■ ABOUT THIS EXERCISE
The answer must be an exact reproduction of all the entries.

■ SUPPLIED INFORMATION
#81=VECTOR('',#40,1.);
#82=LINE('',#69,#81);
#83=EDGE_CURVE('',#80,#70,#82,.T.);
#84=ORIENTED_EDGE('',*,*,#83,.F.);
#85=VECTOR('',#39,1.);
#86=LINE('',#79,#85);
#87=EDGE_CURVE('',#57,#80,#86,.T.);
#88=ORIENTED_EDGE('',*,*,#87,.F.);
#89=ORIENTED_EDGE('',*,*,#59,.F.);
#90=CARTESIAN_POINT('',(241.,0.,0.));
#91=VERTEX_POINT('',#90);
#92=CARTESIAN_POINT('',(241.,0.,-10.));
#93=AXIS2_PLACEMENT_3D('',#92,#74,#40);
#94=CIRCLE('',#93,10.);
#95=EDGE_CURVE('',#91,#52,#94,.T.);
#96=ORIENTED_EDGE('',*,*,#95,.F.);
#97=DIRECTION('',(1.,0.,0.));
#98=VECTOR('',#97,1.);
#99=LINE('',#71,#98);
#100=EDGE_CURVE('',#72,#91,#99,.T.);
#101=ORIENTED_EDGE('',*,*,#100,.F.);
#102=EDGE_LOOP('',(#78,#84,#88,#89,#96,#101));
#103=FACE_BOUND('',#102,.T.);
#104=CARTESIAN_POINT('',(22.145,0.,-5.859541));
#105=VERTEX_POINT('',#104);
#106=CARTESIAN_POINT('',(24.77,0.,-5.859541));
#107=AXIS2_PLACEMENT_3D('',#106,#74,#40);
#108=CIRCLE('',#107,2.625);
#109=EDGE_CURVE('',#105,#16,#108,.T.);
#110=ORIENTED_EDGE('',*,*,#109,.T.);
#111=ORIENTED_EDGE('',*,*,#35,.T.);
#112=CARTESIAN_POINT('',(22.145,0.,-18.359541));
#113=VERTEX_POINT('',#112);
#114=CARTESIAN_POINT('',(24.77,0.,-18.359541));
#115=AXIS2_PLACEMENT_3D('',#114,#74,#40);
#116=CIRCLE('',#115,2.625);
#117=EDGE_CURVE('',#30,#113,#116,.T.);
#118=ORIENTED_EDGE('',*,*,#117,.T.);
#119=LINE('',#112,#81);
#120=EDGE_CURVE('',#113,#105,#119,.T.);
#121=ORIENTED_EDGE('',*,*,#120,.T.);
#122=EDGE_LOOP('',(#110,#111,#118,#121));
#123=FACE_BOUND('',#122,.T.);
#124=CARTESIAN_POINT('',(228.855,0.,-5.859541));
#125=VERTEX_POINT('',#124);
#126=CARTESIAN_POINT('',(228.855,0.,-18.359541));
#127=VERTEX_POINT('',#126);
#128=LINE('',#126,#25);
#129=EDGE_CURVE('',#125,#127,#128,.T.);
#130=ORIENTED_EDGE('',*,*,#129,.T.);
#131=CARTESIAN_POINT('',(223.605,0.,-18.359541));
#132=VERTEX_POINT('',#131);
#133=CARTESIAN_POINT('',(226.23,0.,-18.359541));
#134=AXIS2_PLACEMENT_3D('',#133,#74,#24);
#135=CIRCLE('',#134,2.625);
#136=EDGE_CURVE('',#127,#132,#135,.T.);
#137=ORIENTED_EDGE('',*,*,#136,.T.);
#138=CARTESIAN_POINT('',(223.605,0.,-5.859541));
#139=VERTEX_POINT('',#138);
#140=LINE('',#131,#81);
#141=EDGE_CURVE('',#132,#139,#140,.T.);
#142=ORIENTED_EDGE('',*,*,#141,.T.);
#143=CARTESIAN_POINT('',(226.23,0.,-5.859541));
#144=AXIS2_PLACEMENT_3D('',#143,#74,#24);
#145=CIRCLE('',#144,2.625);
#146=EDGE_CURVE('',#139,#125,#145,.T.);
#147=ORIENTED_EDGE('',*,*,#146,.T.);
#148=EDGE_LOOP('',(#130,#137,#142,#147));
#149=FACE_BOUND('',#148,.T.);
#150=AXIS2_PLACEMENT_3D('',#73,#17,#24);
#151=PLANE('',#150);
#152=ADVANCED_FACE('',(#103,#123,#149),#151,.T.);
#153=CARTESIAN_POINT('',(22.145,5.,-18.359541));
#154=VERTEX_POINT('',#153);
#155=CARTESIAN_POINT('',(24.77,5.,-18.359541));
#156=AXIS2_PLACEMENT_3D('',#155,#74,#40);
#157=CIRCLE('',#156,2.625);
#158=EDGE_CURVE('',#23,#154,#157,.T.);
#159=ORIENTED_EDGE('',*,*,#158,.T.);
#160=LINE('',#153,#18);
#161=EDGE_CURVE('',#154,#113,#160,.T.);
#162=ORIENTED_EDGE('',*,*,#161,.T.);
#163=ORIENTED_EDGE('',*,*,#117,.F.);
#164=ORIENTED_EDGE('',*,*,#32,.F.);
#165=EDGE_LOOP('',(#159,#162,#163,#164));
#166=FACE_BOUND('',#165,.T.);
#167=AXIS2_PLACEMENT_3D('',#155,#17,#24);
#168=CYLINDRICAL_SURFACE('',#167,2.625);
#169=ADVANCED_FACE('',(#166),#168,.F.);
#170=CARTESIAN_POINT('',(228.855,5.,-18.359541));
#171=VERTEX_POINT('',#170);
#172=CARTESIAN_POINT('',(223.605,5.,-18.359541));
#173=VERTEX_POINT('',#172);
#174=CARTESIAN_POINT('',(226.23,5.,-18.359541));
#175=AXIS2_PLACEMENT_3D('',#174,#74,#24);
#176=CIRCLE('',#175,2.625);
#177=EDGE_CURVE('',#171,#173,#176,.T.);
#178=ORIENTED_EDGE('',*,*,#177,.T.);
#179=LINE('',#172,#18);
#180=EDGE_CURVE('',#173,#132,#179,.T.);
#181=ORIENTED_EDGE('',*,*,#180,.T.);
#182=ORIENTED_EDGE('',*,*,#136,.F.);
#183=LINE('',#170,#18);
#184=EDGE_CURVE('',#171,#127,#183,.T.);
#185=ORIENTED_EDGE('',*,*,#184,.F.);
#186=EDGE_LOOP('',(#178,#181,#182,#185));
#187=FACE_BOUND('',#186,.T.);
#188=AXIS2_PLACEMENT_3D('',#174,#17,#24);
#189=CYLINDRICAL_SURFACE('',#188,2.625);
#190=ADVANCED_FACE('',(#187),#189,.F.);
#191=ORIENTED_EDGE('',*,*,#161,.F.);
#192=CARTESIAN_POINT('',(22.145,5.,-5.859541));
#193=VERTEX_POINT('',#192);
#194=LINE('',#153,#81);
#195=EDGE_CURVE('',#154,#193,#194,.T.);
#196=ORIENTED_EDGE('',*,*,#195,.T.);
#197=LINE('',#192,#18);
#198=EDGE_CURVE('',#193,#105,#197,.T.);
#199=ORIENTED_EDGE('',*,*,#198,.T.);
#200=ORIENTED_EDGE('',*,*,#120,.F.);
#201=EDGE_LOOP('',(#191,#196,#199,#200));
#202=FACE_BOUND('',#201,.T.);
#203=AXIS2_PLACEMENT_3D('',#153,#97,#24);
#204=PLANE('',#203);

■ SOLUTION TO THIS TASK
#81=VECTOR('',#40,1.);
#82=LINE('',#69,#81);
#83=EDGE_CURVE('',#80,#70,#82,.T.);
#84=ORIENTED_EDGE('',*,*,#83,.F.);
#85=VECTOR('',#39,1.);
#86=LINE('',#79,#85);
#87=EDGE_CURVE('',#57,#80,#86,.T.);
#88=ORIENTED_EDGE('',*,*,#87,.F.);
#89=ORIENTED_EDGE('',*,*,#59,.F.);
#90=CARTESIAN_POINT('',(241.,0.,0.));
#91=VERTEX_POINT('',#90);
#92=CARTESIAN_POINT('',(241.,0.,-10.));
#93=AXIS2_PLACEMENT_3D('',#92,#74,#40);
#94=CIRCLE('',#93,10.);
#95=EDGE_CURVE('',#91,#52,#94,.T.);
#96=ORIENTED_EDGE('',*,*,#95,.F.);
#97=DIRECTION('',(1.,0.,0.));
#98=VECTOR('',#97,1.);
#99=LINE('',#71,#98);
#100=EDGE_CURVE('',#72,#91,#99,.T.);
#101=ORIENTED_EDGE('',*,*,#100,.F.);
#102=EDGE_LOOP('',(#78,#84,#88,#89,#96,#101));
#103=FACE_BOUND('',#102,.T.);
#104=CARTESIAN_POINT('',(22.145,0.,-5.859541));
#105=VERTEX_POINT('',#104);
#106=CARTESIAN_POINT('',(24.77,0.,-5.859541));
#107=AXIS2_PLACEMENT_3D('',#106,#74,#40);
#108=CIRCLE('',#107,2.625);
#109=EDGE_CURVE('',#105,#16,#108,.T.);
#110=ORIENTED_EDGE('',*,*,#109,.T.);
#111=ORIENTED_EDGE('',*,*,#35,.T.);
#112=CARTESIAN_POINT('',(22.145,0.,-18.359541));
#113=VERTEX_POINT('',#112);
#114=CARTESIAN_POINT('',(24.77,0.,-18.359541));
#115=AXIS2_PLACEMENT_3D('',#114,#74,#40);
#116=CIRCLE('',#115,2.625);
#117=EDGE_CURVE('',#30,#113,#116,.T.);
#118=ORIENTED_EDGE('',*,*,#117,.T.);
#119=LINE('',#112,#81);
#120=EDGE_CURVE('',#113,#105,#119,.T.);
#121=ORIENTED_EDGE('',*,*,#120,.T.);
#122=EDGE_LOOP('',(#110,#111,#118,#121));
#123=FACE_BOUND('',#122,.T.);
#124=CARTESIAN_POINT('',(228.855,0.,-5.859541));
#125=VERTEX_POINT('',#124);
#126=CARTESIAN_POINT('',(228.855,0.,-18.359541));
#127=VERTEX_POINT('',#126);
#128=LINE('',#126,#25);
#129=EDGE_CURVE('',#125,#127,#128,.T.);
#130=ORIENTED_EDGE('',*,*,#129,.T.);
#131=CARTESIAN_POINT('',(223.605,0.,-18.359541));
#132=VERTEX_POINT('',#131);
#133=CARTESIAN_POINT('',(226.23,0.,-18.359541));
#134=AXIS2_PLACEMENT_3D('',#133,#74,#24);
#135=CIRCLE('',#134,2.625);
#136=EDGE_CURVE('',#127,#132,#135,.T.);
#137=ORIENTED_EDGE('',*,*,#136,.T.);
#138=CARTESIAN_POINT('',(223.605,0.,-5.859541));
#139=VERTEX_POINT('',#138);
#140=LINE('',#131,#81);
#141=EDGE_CURVE('',#132,#139,#140,.T.);
#142=ORIENTED_EDGE('',*,*,#141,.T.);
#143=CARTESIAN_POINT('',(226.23,0.,-5.859541));
#144=AXIS2_PLACEMENT_3D('',#143,#74,#24);
#145=CIRCLE('',#144,2.625);
#146=EDGE_CURVE('',#139,#125,#145,.T.);
#147=ORIENTED_EDGE('',*,*,#146,.T.);
#148=EDGE_LOOP('',(#130,#137,#142,#147));
#149=FACE_BOUND('',#148,.T.);
#150=AXIS2_PLACEMENT_3D('',#73,#17,#24);
#151=PLANE('',#150);
#152=ADVANCED_FACE('',(#103,#123,#149),#151,.T.);
#153=CARTESIAN_POINT('',(22.145,5.,-18.359541));
#154=VERTEX_POINT('',#153);
#155=CARTESIAN_POINT('',(24.77,5.,-18.359541));
#156=AXIS2_PLACEMENT_3D('',#155,#74,#40);
#157=CIRCLE('',#156,2.625);
#158=EDGE_CURVE('',#23,#154,#157,.T.);
#159=ORIENTED_EDGE('',*,*,#158,.T.);
#160=LINE('',#153,#18);
#161=EDGE_CURVE('',#154,#113,#160,.T.);
#162=ORIENTED_EDGE('',*,*,#161,.T.);
#163=ORIENTED_EDGE('',*,*,#117,.F.);
#164=ORIENTED_EDGE('',*,*,#32,.F.);
#165=EDGE_LOOP('',(#159,#162,#163,#164));
#166=FACE_BOUND('',#165,.T.);
#167=AXIS2_PLACEMENT_3D('',#155,#17,#24);
#168=CYLINDRICAL_SURFACE('',#167,2.625);
#169=ADVANCED_FACE('',(#166),#168,.F.);
#170=CARTESIAN_POINT('',(228.855,5.,-18.359541));
#171=VERTEX_POINT('',#170);
#172=CARTESIAN_POINT('',(223.605,5.,-18.359541));
#173=VERTEX_POINT('',#172);
#174=CARTESIAN_POINT('',(226.23,5.,-18.359541));
#175=AXIS2_PLACEMENT_3D('',#174,#74,#24);
#176=CIRCLE('',#175,2.625);
#177=EDGE_CURVE('',#171,#173,#176,.T.);
#178=ORIENTED_EDGE('',*,*,#177,.T.);
#179=LINE('',#172,#18);
#180=EDGE_CURVE('',#173,#132,#179,.T.);
#181=ORIENTED_EDGE('',*,*,#180,.T.);
#182=ORIENTED_EDGE('',*,*,#136,.F.);
#183=LINE('',#170,#18);
#184=EDGE_CURVE('',#171,#127,#183,.T.);
#185=ORIENTED_EDGE('',*,*,#184,.F.);
#186=EDGE_LOOP('',(#178,#181,#182,#185));
#187=FACE_BOUND('',#186,.T.);
#188=AXIS2_PLACEMENT_3D('',#174,#17,#24);
#189=CYLINDRICAL_SURFACE('',#188,2.625);
#190=ADVANCED_FACE('',(#187),#189,.F.);
#191=ORIENTED_EDGE('',*,*,#161,.F.);
#192=CARTESIAN_POINT('',(22.145,5.,-5.859541));
#193=VERTEX_POINT('',#192);
#194=LINE('',#153,#81);
#195=EDGE_CURVE('',#154,#193,#194,.T.);
#196=ORIENTED_EDGE('',*,*,#195,.T.);
#197=LINE('',#192,#18);
#198=EDGE_CURVE('',#193,#105,#197,.T.);
#199=ORIENTED_EDGE('',*,*,#198,.T.);
#200=ORIENTED_EDGE('',*,*,#120,.F.);
#201=EDGE_LOOP('',(#191,#196,#199,#200));
#202=FACE_BOUND('',#201,.T.);
#203=AXIS2_PLACEMENT_3D('',#153,#97,#24);
#204=PLANE('',#203);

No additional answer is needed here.